Quote the entries below from the line with "#87=ORIENTED_EDGE('',*,*,#86,.T.);" through the line with "#128=ORIENTED_EDGE('',*,*,#127,.T.);", both ends included, and only those lines.

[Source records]

----

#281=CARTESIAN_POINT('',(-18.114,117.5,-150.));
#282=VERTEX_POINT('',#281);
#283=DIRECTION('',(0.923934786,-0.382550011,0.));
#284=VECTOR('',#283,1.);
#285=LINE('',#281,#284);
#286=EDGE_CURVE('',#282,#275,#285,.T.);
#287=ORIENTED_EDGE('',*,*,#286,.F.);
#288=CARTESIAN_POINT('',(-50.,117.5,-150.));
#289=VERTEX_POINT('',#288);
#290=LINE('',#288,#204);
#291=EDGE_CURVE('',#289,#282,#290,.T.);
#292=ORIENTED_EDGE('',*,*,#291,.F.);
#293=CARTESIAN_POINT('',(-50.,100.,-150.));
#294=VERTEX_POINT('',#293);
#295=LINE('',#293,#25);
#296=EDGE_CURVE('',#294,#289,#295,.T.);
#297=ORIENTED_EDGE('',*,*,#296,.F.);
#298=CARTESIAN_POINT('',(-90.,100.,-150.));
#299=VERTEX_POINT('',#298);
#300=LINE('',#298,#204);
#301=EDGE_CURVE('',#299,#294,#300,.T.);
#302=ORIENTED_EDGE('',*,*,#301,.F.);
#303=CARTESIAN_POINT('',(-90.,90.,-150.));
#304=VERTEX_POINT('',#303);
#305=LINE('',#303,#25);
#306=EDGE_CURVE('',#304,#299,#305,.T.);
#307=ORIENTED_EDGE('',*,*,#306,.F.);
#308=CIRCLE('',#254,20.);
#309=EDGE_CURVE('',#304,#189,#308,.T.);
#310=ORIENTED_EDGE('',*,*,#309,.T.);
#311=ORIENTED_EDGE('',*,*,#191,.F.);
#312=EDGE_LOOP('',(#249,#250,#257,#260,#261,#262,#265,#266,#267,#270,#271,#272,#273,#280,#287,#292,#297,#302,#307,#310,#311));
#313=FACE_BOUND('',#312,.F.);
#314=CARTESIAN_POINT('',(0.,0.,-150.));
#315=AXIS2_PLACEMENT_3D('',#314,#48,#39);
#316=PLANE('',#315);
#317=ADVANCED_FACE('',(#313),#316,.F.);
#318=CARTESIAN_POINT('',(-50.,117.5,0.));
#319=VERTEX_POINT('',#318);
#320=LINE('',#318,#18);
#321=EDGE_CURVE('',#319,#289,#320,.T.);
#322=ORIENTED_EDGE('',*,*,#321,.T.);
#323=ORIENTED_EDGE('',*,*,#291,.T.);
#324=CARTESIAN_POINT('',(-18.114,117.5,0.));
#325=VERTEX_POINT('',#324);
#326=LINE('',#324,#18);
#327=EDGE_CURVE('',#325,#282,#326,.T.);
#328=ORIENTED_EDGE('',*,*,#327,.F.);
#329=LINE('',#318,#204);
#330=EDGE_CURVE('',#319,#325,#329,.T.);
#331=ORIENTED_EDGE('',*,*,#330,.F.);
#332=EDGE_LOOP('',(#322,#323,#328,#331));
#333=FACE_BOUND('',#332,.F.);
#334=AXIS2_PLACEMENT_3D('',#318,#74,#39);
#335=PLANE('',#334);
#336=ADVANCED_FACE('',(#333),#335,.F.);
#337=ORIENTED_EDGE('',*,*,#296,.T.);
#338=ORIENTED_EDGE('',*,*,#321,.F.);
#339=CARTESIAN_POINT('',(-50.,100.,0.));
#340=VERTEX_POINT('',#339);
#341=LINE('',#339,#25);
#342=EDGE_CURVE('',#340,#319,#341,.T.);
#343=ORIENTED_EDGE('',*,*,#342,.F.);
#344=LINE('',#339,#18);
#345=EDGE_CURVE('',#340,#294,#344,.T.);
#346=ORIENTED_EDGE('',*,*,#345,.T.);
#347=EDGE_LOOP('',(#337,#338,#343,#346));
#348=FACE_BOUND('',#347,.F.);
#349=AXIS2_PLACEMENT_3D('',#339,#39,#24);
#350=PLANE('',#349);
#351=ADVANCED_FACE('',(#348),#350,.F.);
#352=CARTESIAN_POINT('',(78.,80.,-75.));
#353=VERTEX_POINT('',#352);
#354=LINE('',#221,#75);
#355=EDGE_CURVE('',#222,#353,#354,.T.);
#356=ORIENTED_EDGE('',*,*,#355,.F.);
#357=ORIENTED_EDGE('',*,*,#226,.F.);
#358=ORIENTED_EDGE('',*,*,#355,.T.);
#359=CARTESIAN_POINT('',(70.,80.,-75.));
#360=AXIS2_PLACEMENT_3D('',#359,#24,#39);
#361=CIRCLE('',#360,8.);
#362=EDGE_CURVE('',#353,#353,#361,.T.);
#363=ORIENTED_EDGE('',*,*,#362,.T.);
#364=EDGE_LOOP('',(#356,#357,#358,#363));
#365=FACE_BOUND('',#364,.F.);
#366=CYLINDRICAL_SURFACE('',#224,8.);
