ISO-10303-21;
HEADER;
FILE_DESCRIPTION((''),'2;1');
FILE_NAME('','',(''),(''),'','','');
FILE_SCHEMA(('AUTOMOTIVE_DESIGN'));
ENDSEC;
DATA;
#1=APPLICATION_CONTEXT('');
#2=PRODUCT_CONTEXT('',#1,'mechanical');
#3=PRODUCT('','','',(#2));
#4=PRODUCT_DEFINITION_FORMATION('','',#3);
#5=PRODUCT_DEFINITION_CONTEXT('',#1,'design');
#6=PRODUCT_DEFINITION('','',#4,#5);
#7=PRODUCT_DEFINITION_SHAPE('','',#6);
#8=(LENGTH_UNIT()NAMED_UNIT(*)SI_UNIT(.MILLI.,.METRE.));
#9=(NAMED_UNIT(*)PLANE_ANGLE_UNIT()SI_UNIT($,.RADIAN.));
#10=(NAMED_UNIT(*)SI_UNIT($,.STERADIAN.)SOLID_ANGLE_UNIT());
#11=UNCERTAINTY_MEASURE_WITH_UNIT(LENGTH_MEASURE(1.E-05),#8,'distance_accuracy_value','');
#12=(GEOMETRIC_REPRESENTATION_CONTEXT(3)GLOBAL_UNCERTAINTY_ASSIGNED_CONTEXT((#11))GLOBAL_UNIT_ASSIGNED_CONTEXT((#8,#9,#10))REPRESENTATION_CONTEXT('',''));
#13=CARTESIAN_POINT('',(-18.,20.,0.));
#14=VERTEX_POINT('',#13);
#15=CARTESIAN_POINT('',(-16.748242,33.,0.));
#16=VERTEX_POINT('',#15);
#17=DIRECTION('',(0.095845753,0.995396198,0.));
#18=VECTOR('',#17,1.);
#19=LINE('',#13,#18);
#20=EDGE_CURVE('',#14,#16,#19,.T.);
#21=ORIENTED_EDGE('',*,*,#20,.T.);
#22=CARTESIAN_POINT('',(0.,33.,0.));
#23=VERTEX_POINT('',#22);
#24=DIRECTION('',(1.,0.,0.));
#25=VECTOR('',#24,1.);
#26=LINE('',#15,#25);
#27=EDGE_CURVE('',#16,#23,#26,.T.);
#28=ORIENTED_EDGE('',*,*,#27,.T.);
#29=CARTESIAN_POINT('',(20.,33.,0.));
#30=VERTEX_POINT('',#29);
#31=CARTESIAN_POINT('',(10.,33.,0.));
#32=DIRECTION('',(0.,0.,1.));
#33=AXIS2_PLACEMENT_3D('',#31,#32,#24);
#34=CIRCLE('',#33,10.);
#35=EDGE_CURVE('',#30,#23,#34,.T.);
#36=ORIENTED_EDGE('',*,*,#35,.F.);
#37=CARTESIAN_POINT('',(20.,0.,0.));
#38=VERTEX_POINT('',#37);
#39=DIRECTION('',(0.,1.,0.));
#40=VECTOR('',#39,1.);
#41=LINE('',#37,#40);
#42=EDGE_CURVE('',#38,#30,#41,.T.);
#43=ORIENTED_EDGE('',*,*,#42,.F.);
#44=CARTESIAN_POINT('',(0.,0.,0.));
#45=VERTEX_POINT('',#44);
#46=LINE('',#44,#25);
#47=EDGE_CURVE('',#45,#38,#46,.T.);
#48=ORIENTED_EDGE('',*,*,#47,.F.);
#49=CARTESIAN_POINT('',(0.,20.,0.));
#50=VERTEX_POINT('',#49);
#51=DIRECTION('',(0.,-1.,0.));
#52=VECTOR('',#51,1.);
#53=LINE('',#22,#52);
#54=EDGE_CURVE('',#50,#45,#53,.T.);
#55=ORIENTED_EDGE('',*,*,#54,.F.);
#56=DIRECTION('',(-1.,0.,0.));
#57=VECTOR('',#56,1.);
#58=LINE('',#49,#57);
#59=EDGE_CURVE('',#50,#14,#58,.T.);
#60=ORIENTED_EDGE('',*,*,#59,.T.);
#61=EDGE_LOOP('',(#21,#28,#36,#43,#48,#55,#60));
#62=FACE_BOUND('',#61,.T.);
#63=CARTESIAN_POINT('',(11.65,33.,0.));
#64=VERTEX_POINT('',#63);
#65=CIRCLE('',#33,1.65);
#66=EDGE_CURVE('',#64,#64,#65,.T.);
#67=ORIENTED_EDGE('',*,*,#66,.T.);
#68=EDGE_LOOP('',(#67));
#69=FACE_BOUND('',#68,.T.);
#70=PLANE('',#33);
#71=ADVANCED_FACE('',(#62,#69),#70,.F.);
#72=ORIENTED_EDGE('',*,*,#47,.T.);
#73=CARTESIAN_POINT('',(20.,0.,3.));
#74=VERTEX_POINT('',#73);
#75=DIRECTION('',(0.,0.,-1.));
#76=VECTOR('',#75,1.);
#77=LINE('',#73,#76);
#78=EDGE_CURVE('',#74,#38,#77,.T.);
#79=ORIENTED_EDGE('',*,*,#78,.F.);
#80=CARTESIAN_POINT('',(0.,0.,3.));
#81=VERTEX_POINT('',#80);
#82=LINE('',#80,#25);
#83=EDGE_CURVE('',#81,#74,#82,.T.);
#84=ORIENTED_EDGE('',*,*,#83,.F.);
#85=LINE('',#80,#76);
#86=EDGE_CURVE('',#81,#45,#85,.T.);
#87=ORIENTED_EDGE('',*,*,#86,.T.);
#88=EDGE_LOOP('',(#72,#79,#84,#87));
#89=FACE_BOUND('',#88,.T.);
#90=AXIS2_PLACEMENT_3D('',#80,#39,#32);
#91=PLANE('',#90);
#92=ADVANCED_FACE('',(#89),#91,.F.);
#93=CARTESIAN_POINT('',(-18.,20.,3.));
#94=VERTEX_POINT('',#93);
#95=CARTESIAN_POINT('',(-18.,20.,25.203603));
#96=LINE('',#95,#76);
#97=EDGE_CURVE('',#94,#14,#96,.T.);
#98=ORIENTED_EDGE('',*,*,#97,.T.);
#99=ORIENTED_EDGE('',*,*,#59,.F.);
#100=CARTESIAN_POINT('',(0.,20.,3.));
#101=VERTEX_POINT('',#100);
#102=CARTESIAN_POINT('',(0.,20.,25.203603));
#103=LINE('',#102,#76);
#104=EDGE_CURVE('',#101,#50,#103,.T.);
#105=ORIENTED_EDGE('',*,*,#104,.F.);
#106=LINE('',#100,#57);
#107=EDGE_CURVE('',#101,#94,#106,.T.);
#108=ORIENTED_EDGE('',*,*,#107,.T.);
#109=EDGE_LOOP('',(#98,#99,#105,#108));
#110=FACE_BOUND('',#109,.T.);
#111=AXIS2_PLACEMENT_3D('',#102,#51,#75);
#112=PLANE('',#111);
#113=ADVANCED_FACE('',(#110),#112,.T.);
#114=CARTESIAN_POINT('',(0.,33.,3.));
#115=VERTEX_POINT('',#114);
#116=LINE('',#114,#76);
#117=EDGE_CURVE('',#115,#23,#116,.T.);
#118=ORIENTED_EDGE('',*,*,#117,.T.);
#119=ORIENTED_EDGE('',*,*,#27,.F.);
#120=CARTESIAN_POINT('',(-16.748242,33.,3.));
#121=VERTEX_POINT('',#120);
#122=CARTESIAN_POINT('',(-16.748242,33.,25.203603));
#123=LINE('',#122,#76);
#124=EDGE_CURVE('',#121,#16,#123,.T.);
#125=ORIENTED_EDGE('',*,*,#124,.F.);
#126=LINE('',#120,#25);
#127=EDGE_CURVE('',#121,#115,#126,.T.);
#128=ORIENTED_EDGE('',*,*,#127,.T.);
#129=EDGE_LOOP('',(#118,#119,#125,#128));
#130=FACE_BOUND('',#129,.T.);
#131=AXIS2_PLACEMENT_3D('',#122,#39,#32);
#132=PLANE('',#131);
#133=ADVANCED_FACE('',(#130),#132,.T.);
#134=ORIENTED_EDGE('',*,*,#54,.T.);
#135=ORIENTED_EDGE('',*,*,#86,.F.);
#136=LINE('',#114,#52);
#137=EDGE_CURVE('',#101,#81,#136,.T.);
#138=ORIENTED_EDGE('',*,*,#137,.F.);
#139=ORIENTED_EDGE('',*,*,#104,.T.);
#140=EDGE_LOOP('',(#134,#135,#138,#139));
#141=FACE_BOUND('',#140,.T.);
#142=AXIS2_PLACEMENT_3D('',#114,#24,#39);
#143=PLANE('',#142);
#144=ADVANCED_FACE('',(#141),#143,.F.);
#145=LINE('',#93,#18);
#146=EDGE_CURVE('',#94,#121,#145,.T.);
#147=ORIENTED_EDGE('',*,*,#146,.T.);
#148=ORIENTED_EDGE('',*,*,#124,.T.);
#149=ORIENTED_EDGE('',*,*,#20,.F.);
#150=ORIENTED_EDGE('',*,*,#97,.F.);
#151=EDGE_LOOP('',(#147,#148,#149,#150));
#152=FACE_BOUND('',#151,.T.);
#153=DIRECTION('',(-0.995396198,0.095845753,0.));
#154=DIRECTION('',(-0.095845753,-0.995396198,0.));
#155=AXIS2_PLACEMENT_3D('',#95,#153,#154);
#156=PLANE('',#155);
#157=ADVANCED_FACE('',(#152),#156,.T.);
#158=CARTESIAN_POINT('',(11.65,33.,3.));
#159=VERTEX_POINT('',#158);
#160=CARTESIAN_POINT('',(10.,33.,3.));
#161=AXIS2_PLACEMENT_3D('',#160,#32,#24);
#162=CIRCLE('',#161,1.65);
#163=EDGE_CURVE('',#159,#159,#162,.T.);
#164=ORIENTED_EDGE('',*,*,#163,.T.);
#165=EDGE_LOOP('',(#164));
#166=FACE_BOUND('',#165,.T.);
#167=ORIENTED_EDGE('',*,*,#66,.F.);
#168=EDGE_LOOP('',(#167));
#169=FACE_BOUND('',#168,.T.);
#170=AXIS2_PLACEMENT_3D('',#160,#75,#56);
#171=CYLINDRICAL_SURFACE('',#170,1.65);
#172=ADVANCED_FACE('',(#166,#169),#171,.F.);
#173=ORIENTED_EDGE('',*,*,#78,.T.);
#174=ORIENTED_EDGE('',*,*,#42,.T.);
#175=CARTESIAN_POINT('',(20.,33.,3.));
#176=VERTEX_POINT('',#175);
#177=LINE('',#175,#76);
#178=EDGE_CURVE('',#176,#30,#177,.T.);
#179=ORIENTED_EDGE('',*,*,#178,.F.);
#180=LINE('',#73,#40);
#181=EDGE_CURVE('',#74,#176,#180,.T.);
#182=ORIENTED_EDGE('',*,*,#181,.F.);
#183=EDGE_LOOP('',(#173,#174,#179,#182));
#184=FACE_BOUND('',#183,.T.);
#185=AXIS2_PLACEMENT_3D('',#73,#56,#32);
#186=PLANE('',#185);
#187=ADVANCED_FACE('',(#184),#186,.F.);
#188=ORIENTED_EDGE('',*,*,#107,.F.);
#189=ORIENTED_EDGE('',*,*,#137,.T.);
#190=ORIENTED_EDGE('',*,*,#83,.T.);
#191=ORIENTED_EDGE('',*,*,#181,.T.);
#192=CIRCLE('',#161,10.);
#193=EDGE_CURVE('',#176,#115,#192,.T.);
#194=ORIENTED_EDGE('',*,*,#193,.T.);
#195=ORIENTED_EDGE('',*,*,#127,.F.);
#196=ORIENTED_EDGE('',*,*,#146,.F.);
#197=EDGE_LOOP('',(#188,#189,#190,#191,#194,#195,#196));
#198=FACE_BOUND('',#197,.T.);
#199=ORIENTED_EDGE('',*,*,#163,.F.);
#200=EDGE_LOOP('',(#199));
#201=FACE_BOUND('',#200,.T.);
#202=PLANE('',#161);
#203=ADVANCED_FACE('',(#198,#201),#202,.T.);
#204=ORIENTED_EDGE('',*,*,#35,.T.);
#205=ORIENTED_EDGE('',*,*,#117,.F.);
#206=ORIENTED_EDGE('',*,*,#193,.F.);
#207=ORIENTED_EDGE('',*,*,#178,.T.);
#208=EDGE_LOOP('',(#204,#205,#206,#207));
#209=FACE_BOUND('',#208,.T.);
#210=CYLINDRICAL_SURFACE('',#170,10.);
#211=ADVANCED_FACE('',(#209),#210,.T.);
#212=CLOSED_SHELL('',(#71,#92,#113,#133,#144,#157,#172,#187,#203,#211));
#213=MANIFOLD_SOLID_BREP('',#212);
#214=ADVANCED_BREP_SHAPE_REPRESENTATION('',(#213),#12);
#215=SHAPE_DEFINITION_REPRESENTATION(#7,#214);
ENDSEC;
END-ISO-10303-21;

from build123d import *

# Parameters (mm, degrees)
SKETCH_1_R      = 1.65
EXTRUDE_1_DEPTH = 3
EXTRUDE_2_DEPTH = 3


with BuildPart() as part:
    # 草图1 → 凸台-拉伸1 (new body)
    with BuildSketch(Plane.XY):
        with BuildLine():
            Line((0, 0), (20, 0))
            Line((20, 0), (20, 33))
            ThreePointArc((20, 33), (10, 43), (0, 33))
            Line((0, 33), (0, 0))
        make_face()
        with Locations((10, 33)):
            Circle(SKETCH_1_R, mode=Mode.SUBTRACT)
    extrude(amount=EXTRUDE_1_DEPTH)

    # 草图5 → 凸台-拉伸2 (add)
    with BuildSketch(Plane(origin=(0, 0, 0), x_dir=(-1, 0, 0), z_dir=(0, 0, -1))):
        Polygon((0, 33), (0, 20), (18, 20), (16.748242373, 33), align=None)
    extrude(amount=-EXTRUDE_2_DEPTH)


solid = part.part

----

**RESULT OF THE TASK**.
#87=ORIENTED_EDGE('',*,*,#86,.T.);
#88=EDGE_LOOP('',(#72,#79,#84,#87));
#89=FACE_BOUND('',#88,.T.);
#90=AXIS2_PLACEMENT_3D('',#80,#39,#32);
#91=PLANE('',#90);
#92=ADVANCED_FACE('',(#89),#91,.F.);
#93=CARTESIAN_POINT('',(-18.,20.,3.));
#94=VERTEX_POINT('',#93);
#95=CARTESIAN_POINT('',(-18.,20.,25.203603));
#96=LINE('',#95,#76);
#97=EDGE_CURVE('',#94,#14,#96,.T.);
#98=ORIENTED_EDGE('',*,*,#97,.T.);
#99=ORIENTED_EDGE('',*,*,#59,.F.);
#100=CARTESIAN_POINT('',(0.,20.,3.));
#101=VERTEX_POINT('',#100);
#102=CARTESIAN_POINT('',(0.,20.,25.203603));
#103=LINE('',#102,#76);
#104=EDGE_CURVE('',#101,#50,#103,.T.);
#105=ORIENTED_EDGE('',*,*,#104,.F.);
#106=LINE('',#100,#57);
#107=EDGE_CURVE('',#101,#94,#106,.T.);
#108=ORIENTED_EDGE('',*,*,#107,.T.);
#109=EDGE_LOOP('',(#98,#99,#105,#108));
#110=FACE_BOUND('',#109,.T.);
#111=AXIS2_PLACEMENT_3D('',#102,#51,#75);
#112=PLANE('',#111);
#113=ADVANCED_FACE('',(#110),#112,.T.);
#114=CARTESIAN_POINT('',(0.,33.,3.));
#115=VERTEX_POINT('',#114);
#116=LINE('',#114,#76);
#117=EDGE_CURVE('',#115,#23,#116,.T.);
#118=ORIENTED_EDGE('',*,*,#117,.T.);
#119=ORIENTED_EDGE('',*,*,#27,.F.);
#120=CARTESIAN_POINT('',(-16.748242,33.,3.));
#121=VERTEX_POINT('',#120);
#122=CARTESIAN_POINT('',(-16.748242,33.,25.203603));
#123=LINE('',#122,#76);
#124=EDGE_CURVE('',#121,#16,#123,.T.);
#125=ORIENTED_EDGE('',*,*,#124,.F.);
#126=LINE('',#120,#25);
#127=EDGE_CURVE('',#121,#115,#126,.T.);
#128=ORIENTED_EDGE('',*,*,#127,.T.);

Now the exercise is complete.